One view of Paul’s relationship to those in the church before him that is resurrected every twenty years or so claims that Paul is the inventor of “Christianity” or that Paul is the one who invented the divine Christ; before him, the church had simply followed the ethical teaching of a human Jesus. Among the more recent such works are those of Hyam Maccoby (The Mythmaker: Paul and the Invention of Christianity, 1987), Barrie Wilson (How Jesus Became Christian, 2008), and James Tabor (Paul and Jesus: How the Apostle Transformed Christianity, 2012). Modern versions of this thesis go back at least as far as Joseph Klausner (1943), and before him to Adolf Harnack and William Wrede. A similar view of Paul’s relationship to the earlier and non-Pauline branches of the church appears in scholars who see the Q community or others holding to the teaching of Jesus without the christological and soteriological beliefs of the later (post-Pauline) church.1
It is interesting to note that when Wrede called Paul “the second founder of Christianity,” he meant it as a compliment.2 He meant that Paul turned the church into a universal religion. What Wrede claimed as something good has become an accusation in those who now claim that Paul invented Christianity.3 The tales of how Paul single-handedly took over the church have become more elaborate in these recent claims. The tone and methods of these works are more those of conspiracy theory writings than those of careful history.

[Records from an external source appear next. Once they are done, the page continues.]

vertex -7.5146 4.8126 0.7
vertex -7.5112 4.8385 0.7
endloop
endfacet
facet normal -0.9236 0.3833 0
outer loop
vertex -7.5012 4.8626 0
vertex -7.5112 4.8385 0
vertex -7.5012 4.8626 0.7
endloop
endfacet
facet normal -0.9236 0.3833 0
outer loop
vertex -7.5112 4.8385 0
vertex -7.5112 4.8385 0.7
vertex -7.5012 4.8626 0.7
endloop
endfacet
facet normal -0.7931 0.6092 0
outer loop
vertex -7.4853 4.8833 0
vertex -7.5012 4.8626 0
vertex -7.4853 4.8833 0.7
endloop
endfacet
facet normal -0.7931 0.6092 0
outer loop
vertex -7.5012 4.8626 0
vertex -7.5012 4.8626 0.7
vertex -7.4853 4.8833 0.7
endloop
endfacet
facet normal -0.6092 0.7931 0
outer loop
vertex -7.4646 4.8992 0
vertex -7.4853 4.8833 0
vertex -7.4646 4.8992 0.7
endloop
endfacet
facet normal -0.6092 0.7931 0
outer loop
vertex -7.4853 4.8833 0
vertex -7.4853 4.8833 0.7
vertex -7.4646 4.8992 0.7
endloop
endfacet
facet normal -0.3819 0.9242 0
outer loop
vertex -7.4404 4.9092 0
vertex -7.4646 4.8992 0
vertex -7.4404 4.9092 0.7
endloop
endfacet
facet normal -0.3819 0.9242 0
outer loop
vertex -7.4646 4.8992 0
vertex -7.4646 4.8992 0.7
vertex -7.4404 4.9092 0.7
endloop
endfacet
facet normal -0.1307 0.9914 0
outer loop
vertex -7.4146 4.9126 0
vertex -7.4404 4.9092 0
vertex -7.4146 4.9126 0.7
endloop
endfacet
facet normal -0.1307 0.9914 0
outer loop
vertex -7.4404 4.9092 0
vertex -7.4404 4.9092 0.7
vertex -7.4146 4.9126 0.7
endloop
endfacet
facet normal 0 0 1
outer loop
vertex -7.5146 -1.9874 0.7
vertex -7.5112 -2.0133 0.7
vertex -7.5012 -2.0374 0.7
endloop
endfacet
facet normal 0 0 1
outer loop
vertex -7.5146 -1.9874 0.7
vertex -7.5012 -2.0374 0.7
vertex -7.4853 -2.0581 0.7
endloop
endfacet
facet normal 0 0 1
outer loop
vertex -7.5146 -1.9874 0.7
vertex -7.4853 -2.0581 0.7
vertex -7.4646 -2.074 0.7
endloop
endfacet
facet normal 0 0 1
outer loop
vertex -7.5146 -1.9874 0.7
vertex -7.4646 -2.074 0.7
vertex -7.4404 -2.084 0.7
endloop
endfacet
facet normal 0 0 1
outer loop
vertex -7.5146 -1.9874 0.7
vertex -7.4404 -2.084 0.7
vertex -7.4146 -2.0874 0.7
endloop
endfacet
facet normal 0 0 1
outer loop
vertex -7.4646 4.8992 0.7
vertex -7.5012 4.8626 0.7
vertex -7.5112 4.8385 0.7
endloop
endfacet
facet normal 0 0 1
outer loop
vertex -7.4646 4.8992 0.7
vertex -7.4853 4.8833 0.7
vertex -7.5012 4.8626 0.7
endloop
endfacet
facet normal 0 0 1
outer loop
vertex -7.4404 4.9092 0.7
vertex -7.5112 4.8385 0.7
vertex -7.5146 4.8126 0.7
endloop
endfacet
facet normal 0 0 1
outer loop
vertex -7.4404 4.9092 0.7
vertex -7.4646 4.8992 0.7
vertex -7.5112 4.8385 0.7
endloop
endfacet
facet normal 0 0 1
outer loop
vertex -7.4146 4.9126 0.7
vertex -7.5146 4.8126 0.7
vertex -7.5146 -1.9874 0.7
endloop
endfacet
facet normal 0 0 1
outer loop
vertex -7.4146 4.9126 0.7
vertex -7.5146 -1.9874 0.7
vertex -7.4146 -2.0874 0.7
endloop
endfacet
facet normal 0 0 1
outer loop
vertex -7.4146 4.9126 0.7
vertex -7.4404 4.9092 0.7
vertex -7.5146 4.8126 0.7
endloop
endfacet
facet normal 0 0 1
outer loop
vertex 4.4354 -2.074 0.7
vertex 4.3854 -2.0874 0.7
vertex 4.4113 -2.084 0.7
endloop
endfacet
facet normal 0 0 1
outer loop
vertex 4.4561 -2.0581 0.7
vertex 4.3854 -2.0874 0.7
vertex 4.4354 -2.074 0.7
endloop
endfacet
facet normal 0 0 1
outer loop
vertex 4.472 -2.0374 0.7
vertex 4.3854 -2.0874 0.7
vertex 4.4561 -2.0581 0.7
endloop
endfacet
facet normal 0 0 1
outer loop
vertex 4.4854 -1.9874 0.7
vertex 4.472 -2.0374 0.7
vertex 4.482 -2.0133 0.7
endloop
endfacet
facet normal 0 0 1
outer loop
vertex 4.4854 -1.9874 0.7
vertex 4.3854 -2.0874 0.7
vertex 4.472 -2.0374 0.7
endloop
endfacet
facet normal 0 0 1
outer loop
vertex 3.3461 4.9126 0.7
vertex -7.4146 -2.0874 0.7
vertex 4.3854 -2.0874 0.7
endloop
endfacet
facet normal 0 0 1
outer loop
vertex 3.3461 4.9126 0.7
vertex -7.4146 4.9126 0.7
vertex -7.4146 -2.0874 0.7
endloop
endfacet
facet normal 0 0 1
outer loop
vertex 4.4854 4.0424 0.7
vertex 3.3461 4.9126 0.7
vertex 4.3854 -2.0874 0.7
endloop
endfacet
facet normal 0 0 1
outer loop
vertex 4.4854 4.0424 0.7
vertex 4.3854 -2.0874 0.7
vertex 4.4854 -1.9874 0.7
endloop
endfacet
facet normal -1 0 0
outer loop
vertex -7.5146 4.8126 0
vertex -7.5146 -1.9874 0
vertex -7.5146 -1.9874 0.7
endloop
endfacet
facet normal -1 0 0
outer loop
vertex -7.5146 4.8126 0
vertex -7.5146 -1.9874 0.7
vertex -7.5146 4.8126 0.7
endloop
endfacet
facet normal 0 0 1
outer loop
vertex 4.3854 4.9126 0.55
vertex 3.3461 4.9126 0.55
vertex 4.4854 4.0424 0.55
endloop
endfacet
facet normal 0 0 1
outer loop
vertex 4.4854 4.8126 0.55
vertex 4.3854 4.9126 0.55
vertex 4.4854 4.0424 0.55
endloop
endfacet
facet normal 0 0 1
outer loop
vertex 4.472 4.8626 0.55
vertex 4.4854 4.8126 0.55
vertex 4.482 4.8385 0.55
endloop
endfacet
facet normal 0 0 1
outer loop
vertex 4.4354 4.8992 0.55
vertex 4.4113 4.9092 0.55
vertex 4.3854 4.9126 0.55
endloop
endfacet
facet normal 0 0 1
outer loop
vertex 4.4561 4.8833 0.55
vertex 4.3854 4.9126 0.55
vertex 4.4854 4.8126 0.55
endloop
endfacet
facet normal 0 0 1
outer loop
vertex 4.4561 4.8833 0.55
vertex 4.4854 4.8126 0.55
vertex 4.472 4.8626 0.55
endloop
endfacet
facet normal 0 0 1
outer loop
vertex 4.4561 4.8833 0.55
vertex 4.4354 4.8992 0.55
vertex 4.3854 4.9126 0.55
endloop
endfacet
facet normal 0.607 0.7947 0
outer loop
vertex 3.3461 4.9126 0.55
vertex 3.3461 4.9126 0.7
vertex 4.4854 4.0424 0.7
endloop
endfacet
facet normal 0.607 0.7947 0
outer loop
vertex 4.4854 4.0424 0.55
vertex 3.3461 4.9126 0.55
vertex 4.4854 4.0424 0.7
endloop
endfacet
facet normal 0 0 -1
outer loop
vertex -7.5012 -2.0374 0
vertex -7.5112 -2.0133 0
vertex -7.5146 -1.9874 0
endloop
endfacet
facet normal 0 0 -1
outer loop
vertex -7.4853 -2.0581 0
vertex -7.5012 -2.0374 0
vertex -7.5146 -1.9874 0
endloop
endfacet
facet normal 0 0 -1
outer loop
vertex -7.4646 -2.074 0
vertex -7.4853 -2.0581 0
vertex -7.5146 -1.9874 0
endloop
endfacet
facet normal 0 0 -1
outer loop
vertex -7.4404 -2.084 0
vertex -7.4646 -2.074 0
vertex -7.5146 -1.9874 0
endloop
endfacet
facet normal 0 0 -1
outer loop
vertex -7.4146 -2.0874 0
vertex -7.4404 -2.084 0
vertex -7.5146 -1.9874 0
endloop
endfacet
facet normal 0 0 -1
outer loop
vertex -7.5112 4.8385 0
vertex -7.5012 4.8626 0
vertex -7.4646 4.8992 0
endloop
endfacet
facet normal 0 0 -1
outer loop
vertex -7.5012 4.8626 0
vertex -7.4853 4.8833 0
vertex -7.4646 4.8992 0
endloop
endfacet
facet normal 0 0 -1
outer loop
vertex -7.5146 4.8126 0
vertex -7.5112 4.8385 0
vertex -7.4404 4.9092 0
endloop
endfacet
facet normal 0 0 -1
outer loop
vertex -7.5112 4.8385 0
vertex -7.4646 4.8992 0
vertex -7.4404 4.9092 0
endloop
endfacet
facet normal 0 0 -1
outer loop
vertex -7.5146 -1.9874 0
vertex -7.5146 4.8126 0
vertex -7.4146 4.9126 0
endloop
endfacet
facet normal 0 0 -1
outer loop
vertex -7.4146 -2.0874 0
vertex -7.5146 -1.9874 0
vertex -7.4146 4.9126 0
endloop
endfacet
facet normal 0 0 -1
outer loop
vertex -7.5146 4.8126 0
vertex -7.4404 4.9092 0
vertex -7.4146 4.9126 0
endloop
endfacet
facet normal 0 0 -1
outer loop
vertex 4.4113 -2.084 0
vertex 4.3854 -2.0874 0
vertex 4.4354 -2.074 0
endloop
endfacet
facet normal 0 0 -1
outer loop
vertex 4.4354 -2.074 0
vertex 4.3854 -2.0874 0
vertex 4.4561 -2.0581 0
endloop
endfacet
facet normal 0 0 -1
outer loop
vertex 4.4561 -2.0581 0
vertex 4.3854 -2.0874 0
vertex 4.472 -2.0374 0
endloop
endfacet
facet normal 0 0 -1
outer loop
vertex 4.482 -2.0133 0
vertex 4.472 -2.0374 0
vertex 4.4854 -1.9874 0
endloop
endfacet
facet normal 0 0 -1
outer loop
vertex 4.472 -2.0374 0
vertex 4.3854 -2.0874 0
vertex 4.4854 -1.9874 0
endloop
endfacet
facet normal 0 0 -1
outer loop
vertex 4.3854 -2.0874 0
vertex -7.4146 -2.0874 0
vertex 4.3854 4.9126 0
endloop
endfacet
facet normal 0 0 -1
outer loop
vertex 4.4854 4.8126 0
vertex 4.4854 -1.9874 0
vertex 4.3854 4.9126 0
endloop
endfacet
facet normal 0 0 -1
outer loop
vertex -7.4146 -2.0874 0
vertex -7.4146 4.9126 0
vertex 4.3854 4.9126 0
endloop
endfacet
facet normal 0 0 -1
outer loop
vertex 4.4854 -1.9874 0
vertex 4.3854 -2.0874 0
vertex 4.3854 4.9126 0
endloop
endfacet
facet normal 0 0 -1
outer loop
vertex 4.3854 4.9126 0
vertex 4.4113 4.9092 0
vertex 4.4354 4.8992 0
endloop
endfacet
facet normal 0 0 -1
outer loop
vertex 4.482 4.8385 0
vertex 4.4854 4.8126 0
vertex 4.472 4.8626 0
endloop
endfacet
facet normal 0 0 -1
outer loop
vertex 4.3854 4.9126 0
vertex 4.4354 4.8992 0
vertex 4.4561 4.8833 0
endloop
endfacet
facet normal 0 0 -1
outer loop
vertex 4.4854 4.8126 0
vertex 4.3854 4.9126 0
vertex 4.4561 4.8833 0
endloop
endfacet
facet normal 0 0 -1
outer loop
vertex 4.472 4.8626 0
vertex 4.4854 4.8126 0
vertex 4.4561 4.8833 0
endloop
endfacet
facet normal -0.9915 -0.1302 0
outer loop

In this chapter we will review some aspects of these studies. We begin by looking at some assertions of those who contend that Paul invented Christianity. They identify a number of things about Paul and his teachings that they claim are shocking. We will then make some observations about the methods of historical research they employ. The brief glimpses at these studies will help clear the table before we begin to explore whether or how Paul is dependent on earlier church teaching. We will survey the diversity of views within the early church that Paul’s letters evidence. Finally in this chapter we will set out a method for identifying preformed material in Paul’s letters. This method will guide the work in the rest of the study to try to see what beliefs were held by those outside Paul’s influence.
Assertions That Paul Invented Christianity
The assertion that the religion of Paul was not the religion of Jesus is often claimed to be a radical and hidden idea.4 This claim is correct in many ways and not surprising. Jesus was never a Christian and was never a member of the church. The church does not begin until some followers of Jesus experience his resurrection and then have the experience of feeling that the risen Christ is in some way facilitating the presence of God in their midst. The church is composed of those who believe that God vindicated the message and ministry of Jesus through the resurrection. Even by the Gospel accounts, no one believed this before Jesus was crucified. The rest of this book will help one see what kinds of claims this experience led them to make about Jesus. Of course, in the earliest days all church members remained observant Jews. They saw no contradiction between making claims about what God had done in Christ and being faithful Jews.
There is now debate among Pauline scholars about how long the church continued to see itself as a group wholly within Judaism. Some contend that Paul’s churches, which had mostly gentile members, continued to be a subgroup within the local synagogues at least as long as Paul was alive. Even if many of those churches were separate from the local synagogues, as I think they were, Jewish members of those churches would have remained members of their synagogues. The list of troubles Paul says he endured in 2 Cor 11:21b–29 includes chastisements received from synagogue authorities. He continues to submit to the authority of synagogue officials even as he is a missionary of the church. So while Paul is a member of the church and Jesus never was, Paul maintains, at least in some ways, his observance of Judaism. So both Jesus and Paul were adherents of Judaism, but only Paul was a church member. Paul is, then, a member of a different religious movement than Jesus, even though both were observant Jews.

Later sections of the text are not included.